88-100 A; 85-87 A- ;
82-84 B+ ; 78-81 B ; 75-77 B- ;
72-74 C+ ; 68-71 C ; 65-67 C- ;
62-64 D+ ; 58-61 D ; 55-57 D-;
below 55 F

If you did well, congratulations! If you want to do better next time,
1) study two hours outside class for each class hour, on average,
2) use the Math Learning Center for free tutoring,
3) study efficiently with this advice and this advice from former students.

As in any college course, your instructor does not have time to cover all the material during class. But the text covers it all. You are expected to read the text and learn from it outside class.

The Math Department just had an American instructor of high school math in China give a talk about high school in China. Here is a Chinese school week.

In Chapter 3, your job is to:

3.1 Change how you think about lines. Learn to use the "point-slope" form and the "two-point" form of lines in preference to the famous "y = mx + b" (slope-intercept) form. Do not simplify to slope-intercept form (unless there is a good reason to). Learn how to use point-slope form and two-point form when the points are given functionally or with letters rather than numbers. Learn how linear interpolation works using the "two-point" form.

3.2 Learn how to "complete the square" of quadratics. Learn that when the square is complete the expression exhibits the location of the graph and its axis of symmetry, which is also visible in the Quadratic Formula. Learn how to apply the Quadratic Formula to solve equations where the unknown is not "x" or the coefficients are not the usual letters.

3.3 Learn how the formula for distance in the plane follows from the Pythagorean Theorem. Similarly, equations of circles are given by the distance formula.

3.4 Learn that quadratics which we used to write "ax² + bx + c" often may instead be written in factored form "k(x - b)(x - c)" (the "b" and the "c" are not the same in the two forms). We can use graphs to factor and identify quadratics using the "Factor Theorem." If the graph of a quadratic intersects the x-axis at x = c, then "x - c" is a factor. The constant factor, k, is not determined by where the graph crosses the x-axis, however it can be found using one other point.

3.5 Indirect word problems require you to "Build your own formula" which expresses the operations in the particular problem. Learn how to write formulas that fit the operations expressed in word problems. Cue words indicate operations you express in your formula. Guess-and-check can help you see the operations you need to put into the formula. Usually we build specialized formulas from components that are well-known basic formulas, so write down relevant basic formulas.

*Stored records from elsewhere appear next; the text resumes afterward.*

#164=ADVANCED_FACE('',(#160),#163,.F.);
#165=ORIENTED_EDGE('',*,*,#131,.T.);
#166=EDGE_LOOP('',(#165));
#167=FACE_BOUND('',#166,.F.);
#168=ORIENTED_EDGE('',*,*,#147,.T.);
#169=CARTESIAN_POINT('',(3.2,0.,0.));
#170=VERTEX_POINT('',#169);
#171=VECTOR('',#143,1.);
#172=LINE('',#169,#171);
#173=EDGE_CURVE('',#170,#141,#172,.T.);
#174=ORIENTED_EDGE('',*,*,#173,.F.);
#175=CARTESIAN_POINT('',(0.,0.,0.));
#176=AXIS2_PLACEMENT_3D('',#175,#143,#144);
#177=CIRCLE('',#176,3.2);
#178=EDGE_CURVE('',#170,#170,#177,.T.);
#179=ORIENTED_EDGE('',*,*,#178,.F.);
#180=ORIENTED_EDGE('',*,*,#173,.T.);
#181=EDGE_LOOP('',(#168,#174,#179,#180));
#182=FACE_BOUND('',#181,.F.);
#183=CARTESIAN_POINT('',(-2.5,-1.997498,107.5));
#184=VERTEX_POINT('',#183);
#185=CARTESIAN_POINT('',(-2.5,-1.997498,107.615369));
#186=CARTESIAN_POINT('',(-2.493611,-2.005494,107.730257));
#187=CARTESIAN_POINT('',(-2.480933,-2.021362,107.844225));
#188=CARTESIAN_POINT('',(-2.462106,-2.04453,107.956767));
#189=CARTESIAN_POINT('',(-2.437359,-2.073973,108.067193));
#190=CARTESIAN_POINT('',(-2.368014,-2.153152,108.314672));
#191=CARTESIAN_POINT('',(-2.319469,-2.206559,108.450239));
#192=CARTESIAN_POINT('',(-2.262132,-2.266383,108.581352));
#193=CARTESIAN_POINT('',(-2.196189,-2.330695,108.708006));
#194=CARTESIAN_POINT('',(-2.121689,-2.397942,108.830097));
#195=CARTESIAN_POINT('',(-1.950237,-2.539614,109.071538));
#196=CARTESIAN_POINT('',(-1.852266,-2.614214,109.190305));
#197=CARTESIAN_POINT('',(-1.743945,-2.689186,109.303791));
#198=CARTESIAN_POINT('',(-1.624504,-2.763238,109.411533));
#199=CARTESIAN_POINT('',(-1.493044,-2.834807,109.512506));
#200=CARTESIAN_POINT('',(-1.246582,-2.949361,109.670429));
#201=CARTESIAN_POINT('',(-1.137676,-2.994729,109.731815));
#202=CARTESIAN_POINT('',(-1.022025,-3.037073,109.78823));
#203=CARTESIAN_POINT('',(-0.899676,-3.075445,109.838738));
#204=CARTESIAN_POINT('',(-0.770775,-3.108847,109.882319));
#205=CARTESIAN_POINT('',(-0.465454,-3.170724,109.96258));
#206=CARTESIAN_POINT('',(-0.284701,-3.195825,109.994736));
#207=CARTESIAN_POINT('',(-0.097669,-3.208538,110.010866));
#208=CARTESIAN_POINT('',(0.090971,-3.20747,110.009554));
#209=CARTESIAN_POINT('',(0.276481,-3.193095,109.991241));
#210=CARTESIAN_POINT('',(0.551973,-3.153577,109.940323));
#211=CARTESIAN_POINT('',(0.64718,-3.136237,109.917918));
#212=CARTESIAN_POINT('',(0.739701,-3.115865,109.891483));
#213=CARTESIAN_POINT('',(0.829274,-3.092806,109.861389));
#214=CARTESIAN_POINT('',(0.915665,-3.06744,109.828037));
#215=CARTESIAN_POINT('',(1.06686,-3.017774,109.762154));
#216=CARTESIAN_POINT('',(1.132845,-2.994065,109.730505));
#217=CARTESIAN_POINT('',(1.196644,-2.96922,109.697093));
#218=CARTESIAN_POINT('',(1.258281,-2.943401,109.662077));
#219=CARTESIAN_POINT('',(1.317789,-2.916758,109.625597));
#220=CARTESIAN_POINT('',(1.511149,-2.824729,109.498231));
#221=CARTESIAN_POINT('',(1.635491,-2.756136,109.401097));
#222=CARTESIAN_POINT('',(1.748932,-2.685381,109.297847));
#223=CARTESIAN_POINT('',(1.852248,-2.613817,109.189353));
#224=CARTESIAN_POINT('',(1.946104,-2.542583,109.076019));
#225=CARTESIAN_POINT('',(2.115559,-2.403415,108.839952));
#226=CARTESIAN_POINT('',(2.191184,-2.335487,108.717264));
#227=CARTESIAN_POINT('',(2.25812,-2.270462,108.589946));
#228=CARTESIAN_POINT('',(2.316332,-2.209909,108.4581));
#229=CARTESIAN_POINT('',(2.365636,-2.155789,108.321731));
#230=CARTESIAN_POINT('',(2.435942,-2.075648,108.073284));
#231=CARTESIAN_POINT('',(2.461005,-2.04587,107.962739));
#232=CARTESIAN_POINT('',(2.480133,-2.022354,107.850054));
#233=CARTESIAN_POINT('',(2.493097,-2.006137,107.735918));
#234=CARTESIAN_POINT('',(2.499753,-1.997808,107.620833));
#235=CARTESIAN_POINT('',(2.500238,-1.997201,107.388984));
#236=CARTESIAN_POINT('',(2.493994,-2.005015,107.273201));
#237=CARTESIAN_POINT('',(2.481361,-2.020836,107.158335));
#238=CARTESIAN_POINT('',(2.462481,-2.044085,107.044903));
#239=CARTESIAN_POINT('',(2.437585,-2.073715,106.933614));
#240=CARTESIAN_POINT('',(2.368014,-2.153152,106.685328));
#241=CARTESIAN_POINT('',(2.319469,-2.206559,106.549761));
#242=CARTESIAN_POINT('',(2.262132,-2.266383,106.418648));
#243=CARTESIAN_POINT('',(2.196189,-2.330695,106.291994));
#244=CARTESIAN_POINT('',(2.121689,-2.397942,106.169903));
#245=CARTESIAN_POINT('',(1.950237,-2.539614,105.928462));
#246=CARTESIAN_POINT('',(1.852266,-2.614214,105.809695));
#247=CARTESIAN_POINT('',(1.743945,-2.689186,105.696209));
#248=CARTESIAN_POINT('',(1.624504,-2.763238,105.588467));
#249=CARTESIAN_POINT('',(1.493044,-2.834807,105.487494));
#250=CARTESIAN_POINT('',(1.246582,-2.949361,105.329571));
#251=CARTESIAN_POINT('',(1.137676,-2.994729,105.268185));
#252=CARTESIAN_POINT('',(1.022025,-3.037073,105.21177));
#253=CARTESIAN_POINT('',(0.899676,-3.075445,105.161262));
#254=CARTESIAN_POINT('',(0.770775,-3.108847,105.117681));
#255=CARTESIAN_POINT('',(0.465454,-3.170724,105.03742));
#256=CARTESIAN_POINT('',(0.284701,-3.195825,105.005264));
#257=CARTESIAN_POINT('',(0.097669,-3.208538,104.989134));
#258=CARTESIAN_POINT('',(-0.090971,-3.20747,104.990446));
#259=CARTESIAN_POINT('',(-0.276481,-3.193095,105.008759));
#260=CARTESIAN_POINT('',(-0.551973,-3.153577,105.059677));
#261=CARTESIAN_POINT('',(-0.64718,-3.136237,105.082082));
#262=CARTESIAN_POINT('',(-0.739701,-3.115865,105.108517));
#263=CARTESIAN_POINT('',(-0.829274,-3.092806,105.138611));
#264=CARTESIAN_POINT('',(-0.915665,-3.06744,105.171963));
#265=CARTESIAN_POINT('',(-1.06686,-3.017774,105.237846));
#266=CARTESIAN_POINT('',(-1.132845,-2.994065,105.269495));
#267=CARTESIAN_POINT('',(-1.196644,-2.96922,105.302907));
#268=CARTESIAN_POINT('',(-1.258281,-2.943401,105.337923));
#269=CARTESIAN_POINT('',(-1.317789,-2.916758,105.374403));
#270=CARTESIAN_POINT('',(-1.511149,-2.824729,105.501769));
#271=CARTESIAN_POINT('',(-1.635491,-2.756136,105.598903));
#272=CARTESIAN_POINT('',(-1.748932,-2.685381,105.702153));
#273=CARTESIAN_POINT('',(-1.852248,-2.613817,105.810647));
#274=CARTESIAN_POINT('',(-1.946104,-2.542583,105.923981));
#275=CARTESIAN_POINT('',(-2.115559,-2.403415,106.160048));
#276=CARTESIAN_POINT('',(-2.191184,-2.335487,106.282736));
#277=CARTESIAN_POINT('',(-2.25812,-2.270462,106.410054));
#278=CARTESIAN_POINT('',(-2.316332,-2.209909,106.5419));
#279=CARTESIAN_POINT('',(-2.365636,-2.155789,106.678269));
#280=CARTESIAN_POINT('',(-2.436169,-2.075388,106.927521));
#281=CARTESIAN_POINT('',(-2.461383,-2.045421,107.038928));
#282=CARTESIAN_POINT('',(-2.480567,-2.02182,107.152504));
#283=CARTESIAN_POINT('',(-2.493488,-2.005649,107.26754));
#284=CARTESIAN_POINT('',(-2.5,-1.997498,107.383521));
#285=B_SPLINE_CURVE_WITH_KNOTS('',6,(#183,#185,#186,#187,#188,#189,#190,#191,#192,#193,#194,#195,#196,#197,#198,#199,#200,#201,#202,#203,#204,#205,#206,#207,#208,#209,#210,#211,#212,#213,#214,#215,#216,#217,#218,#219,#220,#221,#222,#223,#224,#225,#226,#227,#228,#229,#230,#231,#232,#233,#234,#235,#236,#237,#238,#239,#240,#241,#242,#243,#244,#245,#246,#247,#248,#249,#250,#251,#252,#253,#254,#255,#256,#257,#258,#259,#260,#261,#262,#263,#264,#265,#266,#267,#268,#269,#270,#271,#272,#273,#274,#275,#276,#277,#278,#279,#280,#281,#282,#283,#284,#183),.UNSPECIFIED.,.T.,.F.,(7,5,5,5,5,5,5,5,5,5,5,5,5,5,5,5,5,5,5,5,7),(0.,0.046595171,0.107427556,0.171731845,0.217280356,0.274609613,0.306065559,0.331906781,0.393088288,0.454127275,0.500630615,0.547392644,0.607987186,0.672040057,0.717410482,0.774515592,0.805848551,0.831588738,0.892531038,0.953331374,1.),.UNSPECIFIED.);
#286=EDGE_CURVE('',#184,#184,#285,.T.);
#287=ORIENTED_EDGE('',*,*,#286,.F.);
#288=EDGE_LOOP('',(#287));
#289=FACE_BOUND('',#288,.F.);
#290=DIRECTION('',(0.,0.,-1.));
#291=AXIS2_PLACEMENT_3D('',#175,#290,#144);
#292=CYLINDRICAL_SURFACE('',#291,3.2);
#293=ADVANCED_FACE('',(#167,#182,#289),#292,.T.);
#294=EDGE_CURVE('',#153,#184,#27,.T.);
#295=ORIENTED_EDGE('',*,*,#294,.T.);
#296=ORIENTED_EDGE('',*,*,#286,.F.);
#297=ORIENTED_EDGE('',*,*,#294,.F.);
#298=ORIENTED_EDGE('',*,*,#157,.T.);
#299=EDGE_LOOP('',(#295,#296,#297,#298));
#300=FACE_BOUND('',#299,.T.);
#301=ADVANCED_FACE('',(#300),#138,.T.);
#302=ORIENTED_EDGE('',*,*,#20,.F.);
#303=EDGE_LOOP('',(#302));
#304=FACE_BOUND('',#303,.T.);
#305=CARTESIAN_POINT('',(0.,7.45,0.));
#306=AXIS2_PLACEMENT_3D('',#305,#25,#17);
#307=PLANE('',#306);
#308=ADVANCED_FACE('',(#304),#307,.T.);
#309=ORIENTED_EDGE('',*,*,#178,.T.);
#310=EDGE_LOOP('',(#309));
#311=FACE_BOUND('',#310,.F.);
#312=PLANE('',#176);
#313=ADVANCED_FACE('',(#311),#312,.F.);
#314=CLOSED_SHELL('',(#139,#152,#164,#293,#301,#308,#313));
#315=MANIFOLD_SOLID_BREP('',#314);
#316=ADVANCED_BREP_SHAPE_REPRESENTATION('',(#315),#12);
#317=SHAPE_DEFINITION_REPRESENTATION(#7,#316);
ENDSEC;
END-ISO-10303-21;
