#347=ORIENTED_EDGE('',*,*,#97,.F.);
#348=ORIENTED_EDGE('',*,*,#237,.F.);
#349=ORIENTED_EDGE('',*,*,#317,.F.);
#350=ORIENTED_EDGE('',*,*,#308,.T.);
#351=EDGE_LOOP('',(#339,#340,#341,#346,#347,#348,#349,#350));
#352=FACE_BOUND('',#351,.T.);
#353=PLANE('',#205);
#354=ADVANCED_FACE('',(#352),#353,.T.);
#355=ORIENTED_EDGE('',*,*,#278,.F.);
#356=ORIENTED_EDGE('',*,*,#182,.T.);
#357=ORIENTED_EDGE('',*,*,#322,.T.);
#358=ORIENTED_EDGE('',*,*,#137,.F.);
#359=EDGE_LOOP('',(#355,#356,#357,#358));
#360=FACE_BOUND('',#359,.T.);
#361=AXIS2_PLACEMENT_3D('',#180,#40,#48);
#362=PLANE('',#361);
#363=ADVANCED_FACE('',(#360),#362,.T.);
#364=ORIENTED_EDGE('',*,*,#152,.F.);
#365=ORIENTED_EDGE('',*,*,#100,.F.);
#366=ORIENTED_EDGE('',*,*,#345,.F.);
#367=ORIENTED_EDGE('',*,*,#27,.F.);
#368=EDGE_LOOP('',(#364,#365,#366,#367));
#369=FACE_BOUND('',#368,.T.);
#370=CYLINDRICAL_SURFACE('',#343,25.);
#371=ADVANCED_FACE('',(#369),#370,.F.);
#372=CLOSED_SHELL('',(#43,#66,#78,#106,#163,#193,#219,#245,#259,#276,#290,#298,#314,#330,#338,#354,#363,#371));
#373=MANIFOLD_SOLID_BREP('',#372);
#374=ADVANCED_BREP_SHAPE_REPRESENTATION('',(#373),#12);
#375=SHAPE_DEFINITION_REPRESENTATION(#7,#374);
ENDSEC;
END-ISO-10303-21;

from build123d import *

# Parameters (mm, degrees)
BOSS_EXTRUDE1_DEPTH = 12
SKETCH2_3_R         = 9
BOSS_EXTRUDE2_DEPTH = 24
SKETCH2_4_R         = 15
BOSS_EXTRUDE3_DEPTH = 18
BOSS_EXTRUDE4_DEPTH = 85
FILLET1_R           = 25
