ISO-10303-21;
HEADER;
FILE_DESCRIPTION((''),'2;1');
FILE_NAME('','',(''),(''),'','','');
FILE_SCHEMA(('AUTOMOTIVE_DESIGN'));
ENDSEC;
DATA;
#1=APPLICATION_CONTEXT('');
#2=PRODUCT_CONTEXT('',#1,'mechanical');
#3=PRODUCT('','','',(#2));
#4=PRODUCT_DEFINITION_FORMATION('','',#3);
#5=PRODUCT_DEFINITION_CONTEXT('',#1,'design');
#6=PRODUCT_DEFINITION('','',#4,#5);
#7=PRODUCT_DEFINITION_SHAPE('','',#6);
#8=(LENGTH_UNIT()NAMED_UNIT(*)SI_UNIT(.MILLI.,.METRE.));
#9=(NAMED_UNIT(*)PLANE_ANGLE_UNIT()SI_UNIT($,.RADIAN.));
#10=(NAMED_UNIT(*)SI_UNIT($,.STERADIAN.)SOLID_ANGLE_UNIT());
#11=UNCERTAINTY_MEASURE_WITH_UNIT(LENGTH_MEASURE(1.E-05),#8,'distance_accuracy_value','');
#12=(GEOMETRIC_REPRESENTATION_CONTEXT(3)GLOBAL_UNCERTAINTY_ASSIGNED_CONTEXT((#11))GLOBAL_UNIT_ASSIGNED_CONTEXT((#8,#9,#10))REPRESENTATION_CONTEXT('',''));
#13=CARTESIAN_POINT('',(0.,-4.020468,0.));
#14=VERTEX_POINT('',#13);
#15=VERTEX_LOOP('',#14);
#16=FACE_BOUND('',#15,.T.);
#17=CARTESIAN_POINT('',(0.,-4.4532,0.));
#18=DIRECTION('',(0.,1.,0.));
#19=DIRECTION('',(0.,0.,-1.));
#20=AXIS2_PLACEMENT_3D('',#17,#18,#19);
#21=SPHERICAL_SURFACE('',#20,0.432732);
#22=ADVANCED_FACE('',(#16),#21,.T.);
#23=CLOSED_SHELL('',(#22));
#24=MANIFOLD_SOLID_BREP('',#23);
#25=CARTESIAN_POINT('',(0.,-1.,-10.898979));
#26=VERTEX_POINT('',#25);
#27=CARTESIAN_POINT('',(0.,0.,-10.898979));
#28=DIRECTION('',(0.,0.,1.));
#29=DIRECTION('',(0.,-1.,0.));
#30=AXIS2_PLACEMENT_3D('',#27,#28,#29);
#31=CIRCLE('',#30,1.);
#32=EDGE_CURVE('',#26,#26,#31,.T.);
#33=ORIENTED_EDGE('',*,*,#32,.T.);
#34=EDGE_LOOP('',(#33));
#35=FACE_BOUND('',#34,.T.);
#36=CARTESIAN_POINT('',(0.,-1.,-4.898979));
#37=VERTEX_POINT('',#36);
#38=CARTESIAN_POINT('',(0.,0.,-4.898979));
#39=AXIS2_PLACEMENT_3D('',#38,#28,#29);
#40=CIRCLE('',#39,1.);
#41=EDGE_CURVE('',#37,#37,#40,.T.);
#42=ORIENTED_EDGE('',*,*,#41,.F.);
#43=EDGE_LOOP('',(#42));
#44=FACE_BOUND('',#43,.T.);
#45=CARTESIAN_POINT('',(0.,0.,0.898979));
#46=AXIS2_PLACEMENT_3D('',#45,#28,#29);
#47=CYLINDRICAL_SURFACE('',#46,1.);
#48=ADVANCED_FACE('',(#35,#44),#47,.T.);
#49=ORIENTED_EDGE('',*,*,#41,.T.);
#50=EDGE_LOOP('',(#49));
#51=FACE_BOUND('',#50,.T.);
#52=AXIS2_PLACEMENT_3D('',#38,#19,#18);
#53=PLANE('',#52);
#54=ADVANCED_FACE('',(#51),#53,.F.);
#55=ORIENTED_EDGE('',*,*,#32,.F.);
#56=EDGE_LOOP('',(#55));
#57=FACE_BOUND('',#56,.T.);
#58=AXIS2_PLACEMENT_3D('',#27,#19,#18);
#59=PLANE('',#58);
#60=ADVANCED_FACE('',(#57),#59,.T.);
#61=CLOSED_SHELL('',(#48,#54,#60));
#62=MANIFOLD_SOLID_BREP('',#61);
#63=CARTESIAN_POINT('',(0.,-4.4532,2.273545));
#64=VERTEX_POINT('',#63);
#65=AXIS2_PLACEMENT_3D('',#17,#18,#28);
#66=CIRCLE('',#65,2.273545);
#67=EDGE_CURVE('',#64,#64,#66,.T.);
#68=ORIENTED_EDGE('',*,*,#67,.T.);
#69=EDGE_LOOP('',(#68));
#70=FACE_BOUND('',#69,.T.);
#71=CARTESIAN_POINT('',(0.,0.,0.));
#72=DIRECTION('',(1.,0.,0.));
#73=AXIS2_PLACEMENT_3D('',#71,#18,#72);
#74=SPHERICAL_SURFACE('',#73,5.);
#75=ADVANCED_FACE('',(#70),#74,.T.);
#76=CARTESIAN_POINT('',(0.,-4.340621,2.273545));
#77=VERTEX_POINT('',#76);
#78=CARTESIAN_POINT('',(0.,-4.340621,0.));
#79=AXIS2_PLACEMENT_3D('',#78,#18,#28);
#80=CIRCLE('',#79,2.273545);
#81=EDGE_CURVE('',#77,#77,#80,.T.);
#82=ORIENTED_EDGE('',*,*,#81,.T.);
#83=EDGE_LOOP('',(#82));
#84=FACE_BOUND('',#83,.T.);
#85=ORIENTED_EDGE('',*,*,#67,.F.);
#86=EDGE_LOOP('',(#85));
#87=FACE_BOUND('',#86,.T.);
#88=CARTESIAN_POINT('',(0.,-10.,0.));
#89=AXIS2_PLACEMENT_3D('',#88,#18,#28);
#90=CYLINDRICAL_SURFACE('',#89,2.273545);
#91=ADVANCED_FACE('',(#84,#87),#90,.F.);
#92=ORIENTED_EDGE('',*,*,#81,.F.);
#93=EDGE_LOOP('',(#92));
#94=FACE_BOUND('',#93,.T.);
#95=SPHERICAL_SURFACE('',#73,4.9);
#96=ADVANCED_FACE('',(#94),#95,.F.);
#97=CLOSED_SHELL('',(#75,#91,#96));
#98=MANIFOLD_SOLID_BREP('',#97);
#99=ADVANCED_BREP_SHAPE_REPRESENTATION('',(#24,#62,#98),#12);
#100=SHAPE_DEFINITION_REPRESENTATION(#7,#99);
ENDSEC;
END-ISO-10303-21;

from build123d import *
from build123d.topology import SkipClean

# Parameters (mm, degrees)
SKETCH_2_R          = 2.273545296
CUT_EXTRUDE_1_DEPTH = 10
SKETCH_3_W          = 6
SKETCH_3_H          = 1


with BuildPart() as part:
    # 草图1 → 旋转2 (revolve)
    with BuildSketch(Plane.XY):
        with BuildLine():
            ThreePointArc((0, -5), (5, 0), (0, 5))
            Line((0, 5), (0, 4.9))
            ThreePointArc((0, 4.9), (4.9, 0), (0, -4.9))
            Line((0, -4.9), (0, -5))
        make_face()
    revolve(axis=Axis((0, 5, 0), (0, -1, 0)))

    # 草图2 → 切除-拉伸1 (cut)
    with BuildSketch(Plane(origin=(0, 0, 0), x_dir=(1, 0, 0), z_dir=(0, 1, 0))):
        with Locations(Location((0, 0, 0), (0, 0, 270))):
            Circle(SKETCH_2_R)
    extrude(amount=-CUT_EXTRUDE_1_DEPTH, mode=Mode.SUBTRACT)


with BuildPart() as body_2:
    # 草图3 → 旋转4 (revolve)
    with BuildSketch(Plane(origin=(0, 0, 0), x_dir=(0, 0, -1), z_dir=(1, 0, 0))):
        with Locations((7.898979486, -0.5)):
            Rectangle(SKETCH_3_W, SKETCH_3_H)
    revolve(axis=Axis((0, 0, 0.898979486), (0, 0, -1)))


with BuildPart() as body_3:
    # 草图4 → 旋转6 (revolve)
    with SkipClean():  # the faces are left unmerged after this step: merging them gives an invalid solid
        with BuildSketch(Plane(origin=(0, 0, 0), x_dir=(0, 0, -1), z_dir=(1, 0, 0))):
            with BuildLine():
                ThreePointArc((0.432732289, -4.453200174), (0.305987936, -4.147212237), (0, -4.020467884))
                Line((0, -4.020467884), (0, -4.885932463))
                ThreePointArc((0, -4.885932463), (0.305987936, -4.75918811), (0.432732289, -4.453200174))
            make_face()
            with BuildLine():
                Line((0, -4.885932463), (0, -4.020467884))
                ThreePointArc((0, -4.020467884), (-0.432732289, -4.453200174), (0, -4.885932463))
            make_face()
        revolve(axis=Axis((0, -4.020467884, 0), (0, -1, 0)))


solid = Compound([part.part, body_2.part, body_3.part])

3.6. Learn how to approach problems you don't know how to do! (In educational jargon this is called "problem solving.") The key is to begin writing the stated information symbolically.

Jan. 25
Exam 1 has problems that require you to
use your calculator to calculate values
read a graph (like 1.5, B3ff and 2.1, A1ff, B7ff)
understand how the appearance of a graph changes when you change the window
understand our terms, including "placeholder" and the terms for functional notation
read and use new definitions like those in Section 1.4.
write methods symbolically (like 1.4, B37-60)
be able to identify which of the "four ways to solve an equation" is most appropriate
find a window that produces a given picture (like 1.5, B17ff and 2.1 B10ff)
There will be a small number of other types of problems, not listed above. You are responsible for everything in Section 1.1-2.1, regardless of whether it was covered in class (although almost all of it will have been).

Jan. 20
Exam 1 is Thursday, Feb. 2 at 6:00 pm. It is not in the usual room and not at the usual time.
class time instructor Exam 1 room (The other exams will be in different rooms!)
01 8:00 Paterson Linfield 125
02 9:00 Banfield   EPS 103
03 10:00 Banfield EPS 103
04 11:00 Mosher Linfield 125                   (Do you know where the building is?)
05 12:00 Watts Linfield 125
06 1:10 Luehrs Reid 105
07 2:10 Greener Reid 105

    If you have an academic time conflict with our 6:00 pm exam (say, you have a class that meets at 6:00 Thursday evenings), or a disability (with a "blue card" from Student Services), please contact the course supervisor Prof. Esty right away: 994-5354. Do not delay until the day of the exam!

We have pre-exam review sessions:
Tuesday Jan. 31 and Wednesday Feb. 1, 6 - 8 pm in Wilson 1-121.
    You must come prepared to show you have seriously tried the problems you ask about. Do not kid yourself that asking questions on Wednesday is good preparation for a Thursday exam. Most of your preparation should have been done long before Wednesday!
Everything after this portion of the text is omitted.